WHAT TO WORK ON: Of all the lines below, return only those starting with the line holding "#248=VERTEX_POINT('',#247);" and going on through the line holding "#264=ORIENTED_EDGE('',*,*,#263,.T.);", exactly as written.

(AVAILABLE DATA begins)

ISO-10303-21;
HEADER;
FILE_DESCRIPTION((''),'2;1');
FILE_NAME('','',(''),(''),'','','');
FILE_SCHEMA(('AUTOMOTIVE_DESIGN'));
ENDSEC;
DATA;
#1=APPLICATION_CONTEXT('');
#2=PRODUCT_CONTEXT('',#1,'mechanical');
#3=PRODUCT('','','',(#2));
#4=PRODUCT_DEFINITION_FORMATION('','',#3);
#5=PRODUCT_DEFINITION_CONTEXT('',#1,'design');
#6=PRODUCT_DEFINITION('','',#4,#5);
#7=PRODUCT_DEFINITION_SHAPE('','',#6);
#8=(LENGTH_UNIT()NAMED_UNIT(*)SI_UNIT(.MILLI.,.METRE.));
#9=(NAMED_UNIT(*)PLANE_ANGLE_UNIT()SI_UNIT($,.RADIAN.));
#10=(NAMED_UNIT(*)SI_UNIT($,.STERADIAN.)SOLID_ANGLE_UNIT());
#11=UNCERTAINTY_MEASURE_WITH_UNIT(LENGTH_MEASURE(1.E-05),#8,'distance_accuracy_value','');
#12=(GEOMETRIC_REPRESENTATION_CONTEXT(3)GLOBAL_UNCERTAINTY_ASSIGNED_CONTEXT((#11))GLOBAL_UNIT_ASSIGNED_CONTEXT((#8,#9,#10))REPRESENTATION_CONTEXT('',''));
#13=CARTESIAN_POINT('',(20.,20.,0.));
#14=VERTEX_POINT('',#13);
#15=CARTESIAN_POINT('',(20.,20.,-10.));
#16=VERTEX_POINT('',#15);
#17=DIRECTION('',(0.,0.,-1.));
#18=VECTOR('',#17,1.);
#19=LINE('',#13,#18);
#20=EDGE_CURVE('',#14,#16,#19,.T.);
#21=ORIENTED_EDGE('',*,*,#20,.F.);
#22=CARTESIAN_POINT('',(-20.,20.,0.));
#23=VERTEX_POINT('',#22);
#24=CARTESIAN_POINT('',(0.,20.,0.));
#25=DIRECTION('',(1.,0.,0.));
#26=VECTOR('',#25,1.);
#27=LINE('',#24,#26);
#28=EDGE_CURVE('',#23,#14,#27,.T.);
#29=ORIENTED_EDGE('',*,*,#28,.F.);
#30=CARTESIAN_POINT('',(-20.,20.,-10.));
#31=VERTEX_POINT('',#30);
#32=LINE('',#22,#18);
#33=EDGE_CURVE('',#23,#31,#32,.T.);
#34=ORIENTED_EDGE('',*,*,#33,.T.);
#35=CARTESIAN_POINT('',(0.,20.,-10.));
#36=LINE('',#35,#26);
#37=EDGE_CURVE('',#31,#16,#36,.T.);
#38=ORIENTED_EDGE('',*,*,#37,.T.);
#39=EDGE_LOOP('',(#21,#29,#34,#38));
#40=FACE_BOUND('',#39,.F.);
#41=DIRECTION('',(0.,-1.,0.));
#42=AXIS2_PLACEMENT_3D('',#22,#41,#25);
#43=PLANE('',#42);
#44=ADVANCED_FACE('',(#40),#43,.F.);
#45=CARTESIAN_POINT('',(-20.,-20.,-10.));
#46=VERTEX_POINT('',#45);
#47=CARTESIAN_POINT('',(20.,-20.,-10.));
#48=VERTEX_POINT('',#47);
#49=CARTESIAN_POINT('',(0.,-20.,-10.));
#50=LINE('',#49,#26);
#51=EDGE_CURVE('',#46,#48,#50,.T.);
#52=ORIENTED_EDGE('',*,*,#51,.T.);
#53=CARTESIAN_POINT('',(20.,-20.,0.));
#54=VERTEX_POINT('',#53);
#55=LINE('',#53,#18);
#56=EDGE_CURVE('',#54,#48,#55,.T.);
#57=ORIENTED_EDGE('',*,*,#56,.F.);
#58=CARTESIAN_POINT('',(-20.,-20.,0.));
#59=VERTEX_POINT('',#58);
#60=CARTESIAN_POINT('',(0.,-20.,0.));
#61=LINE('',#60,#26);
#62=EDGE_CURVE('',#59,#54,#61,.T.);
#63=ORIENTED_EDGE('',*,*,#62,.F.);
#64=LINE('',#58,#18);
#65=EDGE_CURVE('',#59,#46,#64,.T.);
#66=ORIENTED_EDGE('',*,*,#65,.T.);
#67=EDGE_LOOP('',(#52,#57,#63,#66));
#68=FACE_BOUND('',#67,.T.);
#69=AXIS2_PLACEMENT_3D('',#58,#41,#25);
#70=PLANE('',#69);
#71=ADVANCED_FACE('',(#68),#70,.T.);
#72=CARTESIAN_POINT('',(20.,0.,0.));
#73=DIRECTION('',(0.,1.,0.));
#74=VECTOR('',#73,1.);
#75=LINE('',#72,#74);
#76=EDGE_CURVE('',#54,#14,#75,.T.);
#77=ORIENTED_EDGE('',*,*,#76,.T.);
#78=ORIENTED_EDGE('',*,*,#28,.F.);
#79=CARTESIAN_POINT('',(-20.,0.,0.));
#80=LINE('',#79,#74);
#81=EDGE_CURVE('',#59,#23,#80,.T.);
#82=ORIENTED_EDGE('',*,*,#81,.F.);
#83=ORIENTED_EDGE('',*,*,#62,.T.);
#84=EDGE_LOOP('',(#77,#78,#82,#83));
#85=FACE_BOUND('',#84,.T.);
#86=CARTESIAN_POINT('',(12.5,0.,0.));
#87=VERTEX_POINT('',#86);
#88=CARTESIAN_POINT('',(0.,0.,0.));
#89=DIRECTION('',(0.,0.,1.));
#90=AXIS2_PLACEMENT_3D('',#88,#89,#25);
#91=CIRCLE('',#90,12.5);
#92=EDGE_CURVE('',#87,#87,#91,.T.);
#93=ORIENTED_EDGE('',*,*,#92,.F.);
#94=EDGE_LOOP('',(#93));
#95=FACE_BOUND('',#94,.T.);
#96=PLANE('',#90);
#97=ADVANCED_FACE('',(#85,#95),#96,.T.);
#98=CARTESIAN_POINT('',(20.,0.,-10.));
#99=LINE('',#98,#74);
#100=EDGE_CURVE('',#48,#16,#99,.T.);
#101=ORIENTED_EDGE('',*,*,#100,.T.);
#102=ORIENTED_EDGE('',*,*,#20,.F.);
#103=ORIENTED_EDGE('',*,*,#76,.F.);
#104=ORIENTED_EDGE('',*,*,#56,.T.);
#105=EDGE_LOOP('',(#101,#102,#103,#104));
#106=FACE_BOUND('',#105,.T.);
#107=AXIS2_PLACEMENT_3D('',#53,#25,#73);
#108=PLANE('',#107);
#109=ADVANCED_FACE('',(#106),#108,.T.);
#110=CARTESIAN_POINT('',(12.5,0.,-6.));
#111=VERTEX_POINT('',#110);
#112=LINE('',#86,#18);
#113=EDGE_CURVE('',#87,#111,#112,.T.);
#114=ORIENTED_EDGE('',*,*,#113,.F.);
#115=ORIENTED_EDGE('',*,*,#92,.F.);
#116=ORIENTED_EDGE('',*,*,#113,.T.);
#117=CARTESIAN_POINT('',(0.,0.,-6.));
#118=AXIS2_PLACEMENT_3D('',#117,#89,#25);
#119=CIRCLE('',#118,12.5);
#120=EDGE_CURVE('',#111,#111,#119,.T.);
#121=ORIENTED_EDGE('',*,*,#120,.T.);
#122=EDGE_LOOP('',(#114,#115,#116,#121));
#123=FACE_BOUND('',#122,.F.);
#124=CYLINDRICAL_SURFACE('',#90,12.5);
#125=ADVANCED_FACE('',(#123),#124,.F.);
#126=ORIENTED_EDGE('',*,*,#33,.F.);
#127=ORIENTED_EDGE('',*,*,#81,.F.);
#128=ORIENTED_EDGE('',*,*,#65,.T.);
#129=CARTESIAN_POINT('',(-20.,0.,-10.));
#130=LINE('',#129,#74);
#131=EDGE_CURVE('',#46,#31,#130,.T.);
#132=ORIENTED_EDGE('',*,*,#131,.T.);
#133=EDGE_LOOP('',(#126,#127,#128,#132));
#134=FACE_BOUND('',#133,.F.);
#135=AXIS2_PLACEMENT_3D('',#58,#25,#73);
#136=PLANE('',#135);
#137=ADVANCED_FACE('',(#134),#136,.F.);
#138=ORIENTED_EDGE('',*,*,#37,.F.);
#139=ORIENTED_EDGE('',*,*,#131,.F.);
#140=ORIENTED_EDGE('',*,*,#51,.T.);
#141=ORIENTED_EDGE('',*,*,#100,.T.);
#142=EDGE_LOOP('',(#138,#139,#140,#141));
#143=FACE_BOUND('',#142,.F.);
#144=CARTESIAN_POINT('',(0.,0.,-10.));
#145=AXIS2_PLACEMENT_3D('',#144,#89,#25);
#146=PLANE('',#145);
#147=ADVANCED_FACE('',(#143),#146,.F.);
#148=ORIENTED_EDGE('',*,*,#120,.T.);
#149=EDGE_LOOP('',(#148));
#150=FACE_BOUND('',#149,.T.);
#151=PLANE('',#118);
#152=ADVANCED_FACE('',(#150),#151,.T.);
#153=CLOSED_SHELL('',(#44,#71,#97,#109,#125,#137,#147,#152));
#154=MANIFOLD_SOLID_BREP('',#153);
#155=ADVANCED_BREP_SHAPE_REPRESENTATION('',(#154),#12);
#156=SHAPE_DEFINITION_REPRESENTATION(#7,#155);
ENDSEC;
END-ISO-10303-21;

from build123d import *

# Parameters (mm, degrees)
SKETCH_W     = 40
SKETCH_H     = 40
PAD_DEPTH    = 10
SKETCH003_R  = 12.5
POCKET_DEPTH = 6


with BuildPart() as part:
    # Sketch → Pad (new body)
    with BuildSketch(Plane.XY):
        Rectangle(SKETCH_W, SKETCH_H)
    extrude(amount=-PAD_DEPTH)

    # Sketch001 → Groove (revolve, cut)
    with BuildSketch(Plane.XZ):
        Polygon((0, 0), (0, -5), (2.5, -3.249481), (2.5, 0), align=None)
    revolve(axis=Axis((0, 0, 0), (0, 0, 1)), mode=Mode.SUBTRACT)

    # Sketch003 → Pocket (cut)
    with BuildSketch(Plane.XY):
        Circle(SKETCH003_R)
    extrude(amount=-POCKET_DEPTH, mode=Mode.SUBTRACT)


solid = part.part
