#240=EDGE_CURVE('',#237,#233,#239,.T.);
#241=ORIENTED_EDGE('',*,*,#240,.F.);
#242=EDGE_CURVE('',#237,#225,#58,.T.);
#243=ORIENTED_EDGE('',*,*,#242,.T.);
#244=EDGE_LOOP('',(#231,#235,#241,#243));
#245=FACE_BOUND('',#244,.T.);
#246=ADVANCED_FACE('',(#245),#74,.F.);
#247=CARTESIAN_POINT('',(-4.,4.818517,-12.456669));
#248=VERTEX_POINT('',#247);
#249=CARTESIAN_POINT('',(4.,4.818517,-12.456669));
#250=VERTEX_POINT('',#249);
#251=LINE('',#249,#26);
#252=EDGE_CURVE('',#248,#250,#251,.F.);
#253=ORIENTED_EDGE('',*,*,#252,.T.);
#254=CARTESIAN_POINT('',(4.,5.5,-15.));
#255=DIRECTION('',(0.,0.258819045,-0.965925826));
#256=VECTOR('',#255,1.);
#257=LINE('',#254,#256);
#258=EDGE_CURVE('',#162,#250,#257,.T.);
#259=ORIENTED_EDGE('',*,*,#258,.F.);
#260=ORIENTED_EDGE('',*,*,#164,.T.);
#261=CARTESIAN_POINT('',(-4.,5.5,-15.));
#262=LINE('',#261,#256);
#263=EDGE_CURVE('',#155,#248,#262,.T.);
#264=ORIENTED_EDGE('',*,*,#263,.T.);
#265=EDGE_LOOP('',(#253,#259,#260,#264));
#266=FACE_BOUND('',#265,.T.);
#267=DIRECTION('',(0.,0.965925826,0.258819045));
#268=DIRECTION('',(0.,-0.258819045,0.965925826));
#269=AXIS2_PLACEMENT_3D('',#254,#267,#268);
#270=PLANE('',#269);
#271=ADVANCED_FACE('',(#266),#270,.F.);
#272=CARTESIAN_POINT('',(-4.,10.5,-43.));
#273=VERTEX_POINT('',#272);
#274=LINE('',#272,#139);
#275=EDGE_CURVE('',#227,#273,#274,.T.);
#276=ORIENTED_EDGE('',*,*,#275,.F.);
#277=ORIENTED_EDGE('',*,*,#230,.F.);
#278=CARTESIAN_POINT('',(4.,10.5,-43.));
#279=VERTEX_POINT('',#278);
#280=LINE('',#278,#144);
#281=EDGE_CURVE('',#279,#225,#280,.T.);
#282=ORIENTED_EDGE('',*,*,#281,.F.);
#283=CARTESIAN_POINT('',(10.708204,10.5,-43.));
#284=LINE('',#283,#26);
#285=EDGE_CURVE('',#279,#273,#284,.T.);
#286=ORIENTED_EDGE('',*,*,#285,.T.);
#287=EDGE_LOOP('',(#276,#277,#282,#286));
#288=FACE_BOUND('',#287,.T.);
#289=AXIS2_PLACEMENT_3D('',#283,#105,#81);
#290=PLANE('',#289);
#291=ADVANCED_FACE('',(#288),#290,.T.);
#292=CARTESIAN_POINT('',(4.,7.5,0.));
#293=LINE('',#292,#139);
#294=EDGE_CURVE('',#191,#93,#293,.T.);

(AVAILABLE DATA ends)

OUTPUT:
#248=VERTEX_POINT('',#247);
#249=CARTESIAN_POINT('',(4.,4.818517,-12.456669));
#250=VERTEX_POINT('',#249);
#251=LINE('',#249,#26);
#252=EDGE_CURVE('',#248,#250,#251,.F.);
#253=ORIENTED_EDGE('',*,*,#252,.T.);
#254=CARTESIAN_POINT('',(4.,5.5,-15.));
#255=DIRECTION('',(0.,0.258819045,-0.965925826));
#256=VECTOR('',#255,1.);
#257=LINE('',#254,#256);
#258=EDGE_CURVE('',#162,#250,#257,.T.);
#259=ORIENTED_EDGE('',*,*,#258,.F.);
#260=ORIENTED_EDGE('',*,*,#164,.T.);
#261=CARTESIAN_POINT('',(-4.,5.5,-15.));
#262=LINE('',#261,#256);
#263=EDGE_CURVE('',#155,#248,#262,.T.);
#264=ORIENTED_EDGE('',*,*,#263,.T.);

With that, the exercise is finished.